* Exercise requirements
In the data below, find the line that contains "# Parameters (mm, degrees)" and the line that contains "A parametric FreeCAD". Copy both, plus every line between them, exactly.

* Extracted entries
=====
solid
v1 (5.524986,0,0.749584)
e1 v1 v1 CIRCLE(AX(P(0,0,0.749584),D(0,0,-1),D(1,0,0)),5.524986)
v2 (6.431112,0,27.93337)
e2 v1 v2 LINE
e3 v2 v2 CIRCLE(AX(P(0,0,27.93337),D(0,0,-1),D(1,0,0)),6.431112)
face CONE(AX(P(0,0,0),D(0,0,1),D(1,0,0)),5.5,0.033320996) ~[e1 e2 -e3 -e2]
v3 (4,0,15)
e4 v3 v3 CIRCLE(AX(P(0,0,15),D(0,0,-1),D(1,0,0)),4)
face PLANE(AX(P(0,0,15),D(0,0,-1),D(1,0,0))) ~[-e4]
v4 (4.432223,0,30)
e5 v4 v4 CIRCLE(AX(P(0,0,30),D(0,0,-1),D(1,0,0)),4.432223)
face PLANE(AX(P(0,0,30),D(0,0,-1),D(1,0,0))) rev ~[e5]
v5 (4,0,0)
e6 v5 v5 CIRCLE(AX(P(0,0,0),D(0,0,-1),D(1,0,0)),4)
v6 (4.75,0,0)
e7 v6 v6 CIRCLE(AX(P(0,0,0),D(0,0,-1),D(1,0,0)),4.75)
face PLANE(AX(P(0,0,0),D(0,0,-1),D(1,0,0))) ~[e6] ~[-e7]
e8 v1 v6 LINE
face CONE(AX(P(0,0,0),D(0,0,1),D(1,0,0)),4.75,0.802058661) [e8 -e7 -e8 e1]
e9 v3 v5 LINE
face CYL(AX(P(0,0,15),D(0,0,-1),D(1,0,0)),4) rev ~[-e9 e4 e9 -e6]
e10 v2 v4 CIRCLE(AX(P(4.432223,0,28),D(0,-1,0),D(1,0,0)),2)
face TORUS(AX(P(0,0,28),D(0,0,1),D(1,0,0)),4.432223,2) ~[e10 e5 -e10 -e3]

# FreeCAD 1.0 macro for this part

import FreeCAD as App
import Part
import Sketcher


def edges_at(feature, points):
    """Names of the edges that pass closest to the given points."""
    edges = feature.Shape.Edges
    near = lambda p: min(range(len(edges)), key=lambda i: edges[i].distToShape(Part.Vertex(*p))[0])
    return sorted({f"Edge{near(p) + 1}" for p in points})


def add_polygon(sketch, points):
    """Adds a closed chain of lines whose ends are joined by coincident constraints."""
    first, n = sketch.GeometryCount, len(points)
    for a, b in zip(points, points[1:] + points[:1]):
        sketch.addGeometry(Part.LineSegment(App.Vector(*a, 0), App.Vector(*b, 0)), False)
    for i in range(n):
        sketch.addConstraint(Sketcher.Constraint("Coincident", first + i, 2, first + (i + 1) % n, 1))

doc = App.newDocument("Part")
body = doc.addObject("PartDesign::Body", "Body")

# Sketch on XZ plane
sketch1 = body.newObject("Sketcher::SketchObject", "Sketch")
sketch1.AttachmentSupport = (doc.getObject("XZ_Plane"), [""])
sketch1.MapMode = "FlatFace"
add_polygon(sketch1, [(5.5, 0), (6.5, 30), (0, 30), (0, 15), (4, 15), (4, 0)])  # lines 0-5
sketch1.addConstraint(Sketcher.Constraint("Horizontal", 1))
sketch1.addConstraint(Sketcher.Constraint("Vertical", 2))
sketch1.addConstraint(Sketcher.Constraint("Horizontal", 3))
sketch1.addConstraint(Sketcher.Constraint("Vertical", 4))
sketch1.addConstraint(Sketcher.Constraint("Horizontal", 5))
sketch1.addConstraint(Sketcher.Constraint("PointOnObject", 1, 2, -2))
sketch1.addConstraint(Sketcher.Constraint("PointOnObject", 4, 2, -1))
sketch1.addConstraint(Sketcher.Constraint("Equal", 2, 4))
sketch1.addConstraint(Sketcher.Constraint("DistanceX", 3, 1, 3, 2, 4.0))
sketch1.addConstraint(Sketcher.Constraint("DistanceY", 2, 2, 2, 1, 15.0))
sketch1.addConstraint(Sketcher.Constraint("DistanceX", 1, 2, 1, 1, 6.5))
sketch1.addConstraint(Sketcher.Constraint("DistanceX", 5, 1, 5, 2, 1.5))
revolution = body.newObject("PartDesign::Revolution", "Revolution")
revolution.Profile = sketch1
revolution.ReferenceAxis = (sketch1, ["V_Axis"])
revolution.Angle = 360
doc.recompute()

fillet = body.newObject("PartDesign::Fillet", "Fillet")
fillet.Base = (revolution, edges_at(revolution, [(-6.5, 0, 30)]))
fillet.Radius = 2
doc.recompute()

chamfer = body.newObject("PartDesign::Chamfer", "Chamfer")
chamfer.Base = (fillet, edges_at(fillet, [(-5.5, 0, 0)]))
chamfer.Size = 0.75

doc.recompute()
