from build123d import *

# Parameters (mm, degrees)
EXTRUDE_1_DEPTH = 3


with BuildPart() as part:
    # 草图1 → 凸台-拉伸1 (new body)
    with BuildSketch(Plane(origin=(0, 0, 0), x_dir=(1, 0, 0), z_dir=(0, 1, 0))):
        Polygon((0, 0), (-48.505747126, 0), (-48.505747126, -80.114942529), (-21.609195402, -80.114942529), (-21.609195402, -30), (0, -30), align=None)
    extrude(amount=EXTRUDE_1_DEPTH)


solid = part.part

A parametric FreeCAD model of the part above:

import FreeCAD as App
import Part
import Sketcher
from FreeCAD import Vector
Q = App.Units.Quantity

doc = App.newDocument("Part")
body = doc.addObject("PartDesign::Body", "Body")

sketch1 = body.newObject("Sketcher::SketchObject", "Sketch")
sketch1.AttachmentSupport = (doc.getObject("XZ_Plane"), [""])
sketch1.MapMode = "FlatFace"
sketch1.addGeometry(Part.LineSegment(Vector(0, 0, 0), Vector(-48.505747, 0, 0)), False)
sketch1.addGeometry(Part.LineSegment(Vector(-48.505747, 0, 0), Vector(-48.505747, 80.114943, 0)), False)
sketch1.addGeometry(Part.LineSegment(Vector(-48.505747, 80.114943, 0), Vector(-21.609195, 80.114943, 0)), False)
sketch1.addGeometry(Part.LineSegment(Vector(-21.609195, 80.114943, 0), Vector(-21.609195, 30, 0)), False)
sketch1.addGeometry(Part.LineSegment(Vector(-21.609195, 30, 0), Vector(0, 30, 0)), False)
sketch1.addGeometry(Part.LineSegment(Vector(0, 30, 0), Vector(0, 0, 0)), False)
sketch1.addConstraint(Sketcher.Constraint("Coincident", 0, 2, 1, 1))
sketch1.addConstraint(Sketcher.Constraint("Coincident", 1, 2, 2, 1))
sketch1.addConstraint(Sketcher.Constraint("Coincident", 2, 2, 3, 1))
sketch1.addConstraint(Sketcher.Constraint("Coincident", 3, 2, 4, 1))
sketch1.addConstraint(Sketcher.Constraint("Coincident", 4, 2, 5, 1))
sketch1.addConstraint(Sketcher.Constraint("Coincident", 5, 2, 0, 1))
sketch1.addConstraint(Sketcher.Constraint("Horizontal", 0))
sketch1.addConstraint(Sketcher.Constraint("Vertical", 1))
sketch1.addConstraint(Sketcher.Constraint("Horizontal", 2))
sketch1.addConstraint(Sketcher.Constraint("Vertical", 3))
sketch1.addConstraint(Sketcher.Constraint("Horizontal", 4))
sketch1.addConstraint(Sketcher.Constraint("Vertical", 5))
sketch1.addConstraint(Sketcher.Constraint("Coincident", 5, 2, -1, 1))
sketch1.addConstraint(Sketcher.Constraint("DistanceY", 5, 2, 5, 1, Q("30 mm")))
sketch1.addConstraint(Sketcher.Constraint("DistanceX", 2, 1, 2, 2, Q("26.896552 mm")))
sketch1.addConstraint(Sketcher.Constraint("DistanceX", 0, 2, 0, 1, Q("48.505747 mm")))
sketch1.addConstraint(Sketcher.Constraint("DistanceY", 1, 1, 1, 2, Q("80.114943 mm")))
pad1 = body.newObject("PartDesign::Pad", "Pad")
pad1.Profile = sketch1
pad1.Length = 3
pad1.Reversed = True

doc.recompute()
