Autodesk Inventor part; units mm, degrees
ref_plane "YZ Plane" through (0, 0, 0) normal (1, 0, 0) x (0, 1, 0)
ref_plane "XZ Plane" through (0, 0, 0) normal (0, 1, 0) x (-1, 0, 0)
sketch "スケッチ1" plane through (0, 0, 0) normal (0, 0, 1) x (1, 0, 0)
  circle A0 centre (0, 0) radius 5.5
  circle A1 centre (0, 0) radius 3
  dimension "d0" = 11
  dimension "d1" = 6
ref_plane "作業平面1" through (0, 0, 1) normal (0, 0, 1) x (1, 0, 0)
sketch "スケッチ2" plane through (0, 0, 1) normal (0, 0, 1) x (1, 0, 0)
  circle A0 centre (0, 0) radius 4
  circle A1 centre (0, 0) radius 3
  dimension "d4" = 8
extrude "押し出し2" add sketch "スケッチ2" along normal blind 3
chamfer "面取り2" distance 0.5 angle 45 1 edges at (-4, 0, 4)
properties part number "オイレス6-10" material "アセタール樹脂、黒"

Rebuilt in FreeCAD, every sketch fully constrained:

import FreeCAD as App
import Part
import Sketcher
Q = App.Units.Quantity


def edges_at(feature, points):
    """Names of the edges that pass closest to the given points."""
    edges = feature.Shape.Edges
    near = lambda p: min(range(len(edges)), key=lambda i: edges[i].distToShape(Part.Vertex(*p))[0])
    return sorted({f"Edge{near(p) + 1}" for p in points})

doc = App.newDocument("Part")
body = doc.addObject("PartDesign::Body", "Body")

# Sketch on XY plane
sketch1 = body.newObject("Sketcher::SketchObject", "Sketch")
sketch1.AttachmentSupport = (doc.getObject("XY_Plane"), [""])
sketch1.MapMode = "FlatFace"
sketch1.AttachmentOffset = App.Placement(App.Vector(0, 0, 1), App.Rotation())
sketch1.addGeometry([
    Part.Circle(App.Vector(0, 0, 0), App.Vector(0, 0, 1), 4),
    Part.Circle(App.Vector(0, 0, 0), App.Vector(0, 0, 1), 3),
], False)
sketch1.addConstraint([
    Sketcher.Constraint("Coincident", 0, 3, -1, 1),
    Sketcher.Constraint("Coincident", 1, 3, -1, 1),
    Sketcher.Constraint("Diameter", 0, Q("8 mm")),
    Sketcher.Constraint("Diameter", 1, Q("6 mm")),
])
pad1 = body.newObject("PartDesign::Pad", "Pad")
pad1.Profile = sketch1
pad1.Length = 3
doc.recompute()

chamfer = body.newObject("PartDesign::Chamfer", "Chamfer")
chamfer.Base = (pad1, edges_at(pad1, [(-4, 0, 4)]))
chamfer.Size = 0.5

doc.recompute()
=====
* Written reply
# Parameters (mm, degrees)
EXTRUDE_1_DEPTH = 3


with BuildPart() as part:
    # 草图1 → 凸台-拉伸1 (new body)
    with BuildSketch(Plane(origin=(0, 0, 0), x_dir=(1, 0, 0), z_dir=(0, 1, 0))):
        Polygon((0, 0), (-48.505747126, 0), (-48.505747126, -80.114942529), (-21.609195402, -80.114942529), (-21.609195402, -30), (0, -30), align=None)
    extrude(amount=EXTRUDE_1_DEPTH)


solid = part.part

A parametric FreeCAD model of the part above:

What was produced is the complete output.